- Task prompt:
All lines in the data that hold the word "ThreePointArc" need copying.

- Provided records:
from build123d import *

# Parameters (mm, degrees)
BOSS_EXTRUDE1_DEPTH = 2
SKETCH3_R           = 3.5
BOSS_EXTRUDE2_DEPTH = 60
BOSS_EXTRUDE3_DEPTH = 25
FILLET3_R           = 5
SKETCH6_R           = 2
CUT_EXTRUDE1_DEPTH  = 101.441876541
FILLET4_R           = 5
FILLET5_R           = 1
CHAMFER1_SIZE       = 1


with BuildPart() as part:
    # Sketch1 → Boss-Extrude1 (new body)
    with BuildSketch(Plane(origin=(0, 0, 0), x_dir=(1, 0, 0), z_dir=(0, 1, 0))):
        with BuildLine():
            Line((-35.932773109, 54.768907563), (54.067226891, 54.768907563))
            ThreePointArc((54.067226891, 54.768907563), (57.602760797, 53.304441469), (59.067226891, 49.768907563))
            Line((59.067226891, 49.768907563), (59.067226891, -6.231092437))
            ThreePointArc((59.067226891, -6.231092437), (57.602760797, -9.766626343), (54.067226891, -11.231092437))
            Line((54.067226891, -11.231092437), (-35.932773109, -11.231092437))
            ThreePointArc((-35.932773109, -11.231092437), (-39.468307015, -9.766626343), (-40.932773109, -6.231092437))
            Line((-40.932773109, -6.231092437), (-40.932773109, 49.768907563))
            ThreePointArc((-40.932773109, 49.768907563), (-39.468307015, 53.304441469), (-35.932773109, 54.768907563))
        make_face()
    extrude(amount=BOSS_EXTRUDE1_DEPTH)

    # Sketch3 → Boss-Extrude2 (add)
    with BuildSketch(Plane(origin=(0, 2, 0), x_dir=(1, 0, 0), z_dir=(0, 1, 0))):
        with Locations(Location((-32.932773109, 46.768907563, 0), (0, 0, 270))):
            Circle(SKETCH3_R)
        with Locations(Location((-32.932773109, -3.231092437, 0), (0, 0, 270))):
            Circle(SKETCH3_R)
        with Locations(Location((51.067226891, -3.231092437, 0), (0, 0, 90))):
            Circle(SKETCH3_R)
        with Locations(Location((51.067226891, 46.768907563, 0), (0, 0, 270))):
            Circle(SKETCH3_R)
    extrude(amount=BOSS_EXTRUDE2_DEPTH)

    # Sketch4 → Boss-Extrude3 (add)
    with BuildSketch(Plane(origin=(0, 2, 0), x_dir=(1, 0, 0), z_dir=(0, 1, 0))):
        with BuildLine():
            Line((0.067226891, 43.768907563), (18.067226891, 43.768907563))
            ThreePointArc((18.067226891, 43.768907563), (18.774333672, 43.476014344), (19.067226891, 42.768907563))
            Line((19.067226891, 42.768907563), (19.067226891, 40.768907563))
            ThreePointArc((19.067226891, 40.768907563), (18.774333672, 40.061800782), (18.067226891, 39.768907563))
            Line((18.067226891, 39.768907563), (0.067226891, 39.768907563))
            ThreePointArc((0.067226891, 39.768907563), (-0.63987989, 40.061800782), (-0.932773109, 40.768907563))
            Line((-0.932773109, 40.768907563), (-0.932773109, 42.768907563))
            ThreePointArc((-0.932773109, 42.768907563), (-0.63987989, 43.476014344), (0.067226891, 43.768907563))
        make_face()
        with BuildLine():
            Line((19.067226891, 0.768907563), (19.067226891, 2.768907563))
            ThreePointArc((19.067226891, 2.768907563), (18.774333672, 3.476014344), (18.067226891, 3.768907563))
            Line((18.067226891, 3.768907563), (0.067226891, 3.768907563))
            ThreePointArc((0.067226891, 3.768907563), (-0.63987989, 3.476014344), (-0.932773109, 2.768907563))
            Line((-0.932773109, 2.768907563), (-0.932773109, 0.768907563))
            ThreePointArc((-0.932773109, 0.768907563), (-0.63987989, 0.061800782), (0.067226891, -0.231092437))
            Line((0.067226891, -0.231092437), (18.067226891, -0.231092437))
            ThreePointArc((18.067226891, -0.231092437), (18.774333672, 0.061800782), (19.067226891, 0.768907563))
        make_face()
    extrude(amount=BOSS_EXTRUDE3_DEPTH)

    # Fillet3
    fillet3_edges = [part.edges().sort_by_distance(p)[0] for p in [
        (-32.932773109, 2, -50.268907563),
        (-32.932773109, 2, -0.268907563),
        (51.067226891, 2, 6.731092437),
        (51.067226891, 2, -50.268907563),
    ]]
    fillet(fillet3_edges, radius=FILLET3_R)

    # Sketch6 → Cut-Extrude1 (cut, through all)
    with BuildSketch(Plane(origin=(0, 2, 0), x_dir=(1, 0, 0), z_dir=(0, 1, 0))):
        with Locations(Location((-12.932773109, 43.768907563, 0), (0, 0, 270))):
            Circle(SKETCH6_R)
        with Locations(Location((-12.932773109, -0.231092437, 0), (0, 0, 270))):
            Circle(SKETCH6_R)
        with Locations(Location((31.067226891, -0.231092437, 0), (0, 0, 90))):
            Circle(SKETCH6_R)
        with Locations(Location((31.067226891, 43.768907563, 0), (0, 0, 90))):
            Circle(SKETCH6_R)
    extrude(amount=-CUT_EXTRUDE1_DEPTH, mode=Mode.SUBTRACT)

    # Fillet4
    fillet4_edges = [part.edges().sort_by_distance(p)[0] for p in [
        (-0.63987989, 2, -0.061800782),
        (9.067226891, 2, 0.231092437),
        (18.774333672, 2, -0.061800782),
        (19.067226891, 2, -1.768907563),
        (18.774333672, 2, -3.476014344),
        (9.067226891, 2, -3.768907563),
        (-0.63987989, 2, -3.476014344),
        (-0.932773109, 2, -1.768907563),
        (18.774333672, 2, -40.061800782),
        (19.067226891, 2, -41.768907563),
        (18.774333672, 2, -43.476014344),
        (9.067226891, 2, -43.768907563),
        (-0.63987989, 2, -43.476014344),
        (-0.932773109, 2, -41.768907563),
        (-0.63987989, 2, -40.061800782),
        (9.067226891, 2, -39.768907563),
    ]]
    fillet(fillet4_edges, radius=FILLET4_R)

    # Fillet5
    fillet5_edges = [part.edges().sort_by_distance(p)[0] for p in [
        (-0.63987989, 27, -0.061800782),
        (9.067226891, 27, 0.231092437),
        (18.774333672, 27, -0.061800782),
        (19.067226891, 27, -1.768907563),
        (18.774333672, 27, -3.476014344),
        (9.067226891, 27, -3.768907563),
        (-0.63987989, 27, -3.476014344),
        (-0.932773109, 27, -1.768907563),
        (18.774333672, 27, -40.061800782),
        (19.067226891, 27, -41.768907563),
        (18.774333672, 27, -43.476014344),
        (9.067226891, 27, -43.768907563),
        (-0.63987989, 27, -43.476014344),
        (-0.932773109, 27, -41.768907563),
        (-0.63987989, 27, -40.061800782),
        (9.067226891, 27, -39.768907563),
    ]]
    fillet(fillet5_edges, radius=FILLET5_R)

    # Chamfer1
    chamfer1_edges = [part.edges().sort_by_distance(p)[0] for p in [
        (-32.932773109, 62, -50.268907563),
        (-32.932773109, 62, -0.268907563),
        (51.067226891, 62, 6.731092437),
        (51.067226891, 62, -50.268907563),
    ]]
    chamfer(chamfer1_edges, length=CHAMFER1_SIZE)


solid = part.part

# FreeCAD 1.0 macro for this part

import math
import FreeCAD as App
import Part
import Sketcher
from FreeCAD import Vector
Q = App.Units.Quantity


def edges_at(feature, points):
    """Names of the edges that pass closest to the given points."""
    edges = feature.Shape.Edges
    near = lambda p: min(range(len(edges)), key=lambda i: edges[i].distToShape(Part.Vertex(*p))[0])
    return sorted({f"Edge{near(p) + 1}" for p in points})

doc = App.newDocument("Part")
body = doc.addObject("PartDesign::Body", "Body")

sketch1 = body.newObject("Sketcher::SketchObject", "Sketch")
sketch1.AttachmentSupport = (doc.getObject("XZ_Plane"), [""])
sketch1.MapMode = "FlatFace"
sketch1.addGeometry([
    Part.LineSegment(Vector(54.067227, -54.768908, 0), Vector(-35.932773, -54.768908, 0)),
    Part.ArcOfCircle(Part.Circle(Vector(-35.932773, -49.768908, 0), Vector(0, 0, 1), 5), math.radians(180), math.radians(270)),
    Part.LineSegment(Vector(-40.932773, -49.768908, 0), Vector(-40.932773, 6.231092, 0)),
    Part.ArcOfCircle(Part.Circle(Vector(-35.932773, 6.231092, 0), Vector(0, 0, 1), 5), math.radians(90), math.radians(180)),
    Part.LineSegment(Vector(-35.932773, 11.231092, 0), Vector(54.067227, 11.231092, 0)),
    Part.ArcOfCircle(Part.Circle(Vector(54.067227, 6.231092, 0), Vector(0, 0, 1), 5), math.radians(0), math.radians(90)),
    Part.LineSegment(Vector(59.067227, 6.231092, 0), Vector(59.067227, -49.768908, 0)),
    Part.ArcOfCircle(Part.Circle(Vector(54.067227, -49.768908, 0), Vector(0, 0, 1), 5), math.radians(-90), math.radians(0)),
], False)
sketch1.addConstraint([
    Sketcher.Constraint("Tangent", 0, 2, 1, 2),
    Sketcher.Constraint("Tangent", 1, 1, 2, 1),
    Sketcher.Constraint("Tangent", 2, 2, 3, 2),
    Sketcher.Constraint("Tangent", 3, 1, 4, 1),
    Sketcher.Constraint("Tangent", 4, 2, 5, 2),
    Sketcher.Constraint("Tangent", 5, 1, 6, 1),
    Sketcher.Constraint("Tangent", 6, 2, 7, 2),
    Sketcher.Constraint("Tangent", 7, 1, 0, 1),
    Sketcher.Constraint("Horizontal", 0),
    Sketcher.Constraint("Vertical", 2),
    Sketcher.Constraint("Horizontal", 4),
    Sketcher.Constraint("Vertical", 6),
    Sketcher.Constraint("Equal", 1, 3),
    Sketcher.Constraint("Equal", 3, 5),
    Sketcher.Constraint("Equal", 5, 7),
    Sketcher.Constraint("Radius", 1, Q("5 mm")),
    Sketcher.Constraint("DistanceX", 0, 2, 0, 1, Q("90 mm")),
    Sketcher.Constraint("DistanceY", 2, 1, 2, 2, Q("56 mm")),
    Sketcher.Constraint("DistanceX", 1, 3, -1, 1, Q("35.932773 mm")),
    Sketcher.Constraint("DistanceY", 1, 3, -1, 1, Q("49.768908 mm")),
])
pad1 = body.newObject("PartDesign::Pad", "Pad")
pad1.Profile = sketch1
pad1.Length = 2
pad1.Reversed = True

sketch2 = body.newObject("Sketcher::SketchObject", "Sketch001")
sketch2.AttachmentSupport = (doc.getObject("XZ_Plane"), [""])
sketch2.MapMode = "FlatFace"
sketch2.AttachmentOffset = App.Placement(Vector(0, 0, -2), App.Rotation())
sketch2.addGeometry([
    Part.Circle(Vector(-32.932773, -46.768908, 0), Vector(0, 0, 1), 3.5),
    Part.Circle(Vector(-32.932773, 3.231092, 0), Vector(0, 0, 1), 3.5),
    Part.Circle(Vector(51.067227, 3.231092, 0), Vector(0, 0, 1), 3.5),
    Part.Circle(Vector(51.067227, -46.768908, 0), Vector(0, 0, 1), 3.5),
], False)
sketch2.addConstraint([
    Sketcher.Constraint("Equal", 0, 1),
    Sketcher.Constraint("Equal", 1, 2),
    Sketcher.Constraint("Equal", 2, 3),
    Sketcher.Constraint("Horizontal", 1, 3, 2, 3),
    Sketcher.Constraint("Horizontal", 0, 3, 3, 3),
    Sketcher.Constraint("Vertical", 0, 3, 1, 3),
    Sketcher.Constraint("Vertical", 2, 3, 3, 3),
    Sketcher.Constraint("Diameter", 0, Q("7 mm")),
    Sketcher.Constraint("DistanceY", 0, 3, 1, 3, Q("50 mm")),
    Sketcher.Constraint("DistanceX", 1, 3, 2, 3, Q("84 mm")),
    Sketcher.Constraint("DistanceX", 0, 3, -1, 1, Q("32.932773 mm")),
    Sketcher.Constraint("DistanceY", 0, 3, -1, 1, Q("46.768908 mm")),
])
pad2 = body.newObject("PartDesign::Pad", "Pad001")
pad2.Profile = sketch2
pad2.Length = 60
pad2.Reversed = True

sketch3 = body.newObject("Sketcher::SketchObject", "Sketch002")
sketch3.AttachmentSupport = (doc.getObject("XZ_Plane"), [""])
sketch3.MapMode = "FlatFace"
sketch3.AttachmentOffset = App.Placement(Vector(0, 0, -2), App.Rotation())
sketch3.addGeometry([
    Part.LineSegment(Vector(18.067227, -43.768908, 0), Vector(0.067227, -43.768908, 0)),
    Part.ArcOfCircle(Part.Circle(Vector(0.067227, -42.768908, 0), Vector(0, 0, 1), 1), math.radians(-180), math.radians(-90)),
    Part.LineSegment(Vector(-0.932773, -42.768908, 0), Vector(-0.932773, -40.768908, 0)),
    Part.ArcOfCircle(Part.Circle(Vector(0.067227, -40.768908, 0), Vector(0, 0, 1), 1), math.radians(90), math.radians(180)),
    Part.LineSegment(Vector(0.067227, -39.768908, 0), Vector(18.067227, -39.768908, 0)),
    Part.ArcOfCircle(Part.Circle(Vector(18.067227, -40.768908, 0), Vector(0, 0, 1), 1), math.radians(0), math.radians(90)),
    Part.LineSegment(Vector(19.067227, -40.768908, 0), Vector(19.067227, -42.768908, 0)),
    Part.ArcOfCircle(Part.Circle(Vector(18.067227, -42.768908, 0), Vector(0, 0, 1), 1), math.radians(-90), math.radians(0)),
    Part.LineSegment(Vector(19.067227, -0.768908, 0), Vector(19.067227, -2.768908, 0)),
    Part.ArcOfCircle(Part.Circle(Vector(18.067227, -2.768908, 0), Vector(0, 0, 1), 1), math.radians(-90), math.radians(0)),
    Part.LineSegment(Vector(18.067227, -3.768908, 0), Vector(0.067227, -3.768908, 0)),
    Part.ArcOfCircle(Part.Circle(Vector(0.067227, -2.768908, 0), Vector(0, 0, 1), 1), math.radians(-180), math.radians(-90)),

- Result for this exercise:
            ThreePointArc((54.067226891, 54.768907563), (57.602760797, 53.304441469), (59.067226891, 49.768907563))
            ThreePointArc((59.067226891, -6.231092437), (57.602760797, -9.766626343), (54.067226891, -11.231092437))
            ThreePointArc((-35.932773109, -11.231092437), (-39.468307015, -9.766626343), (-40.932773109, -6.231092437))
            ThreePointArc((-40.932773109, 49.768907563), (-39.468307015, 53.304441469), (-35.932773109, 54.768907563))
            ThreePointArc((18.067226891, 43.768907563), (18.774333672, 43.476014344), (19.067226891, 42.768907563))
            ThreePointArc((19.067226891, 40.768907563), (18.774333672, 40.061800782), (18.067226891, 39.768907563))
            ThreePointArc((0.067226891, 39.768907563), (-0.63987989, 40.061800782), (-0.932773109, 40.768907563))
            ThreePointArc((-0.932773109, 42.768907563), (-0.63987989, 43.476014344), (0.067226891, 43.768907563))
            ThreePointArc((19.067226891, 2.768907563), (18.774333672, 3.476014344), (18.067226891, 3.768907563))
            ThreePointArc((0.067226891, 3.768907563), (-0.63987989, 3.476014344), (-0.932773109, 2.768907563))
            ThreePointArc((-0.932773109, 0.768907563), (-0.63987989, 0.061800782), (0.067226891, -0.231092437))
            ThreePointArc((18.067226891, -0.231092437), (18.774333672, 0.061800782), (19.067226891, 0.768907563))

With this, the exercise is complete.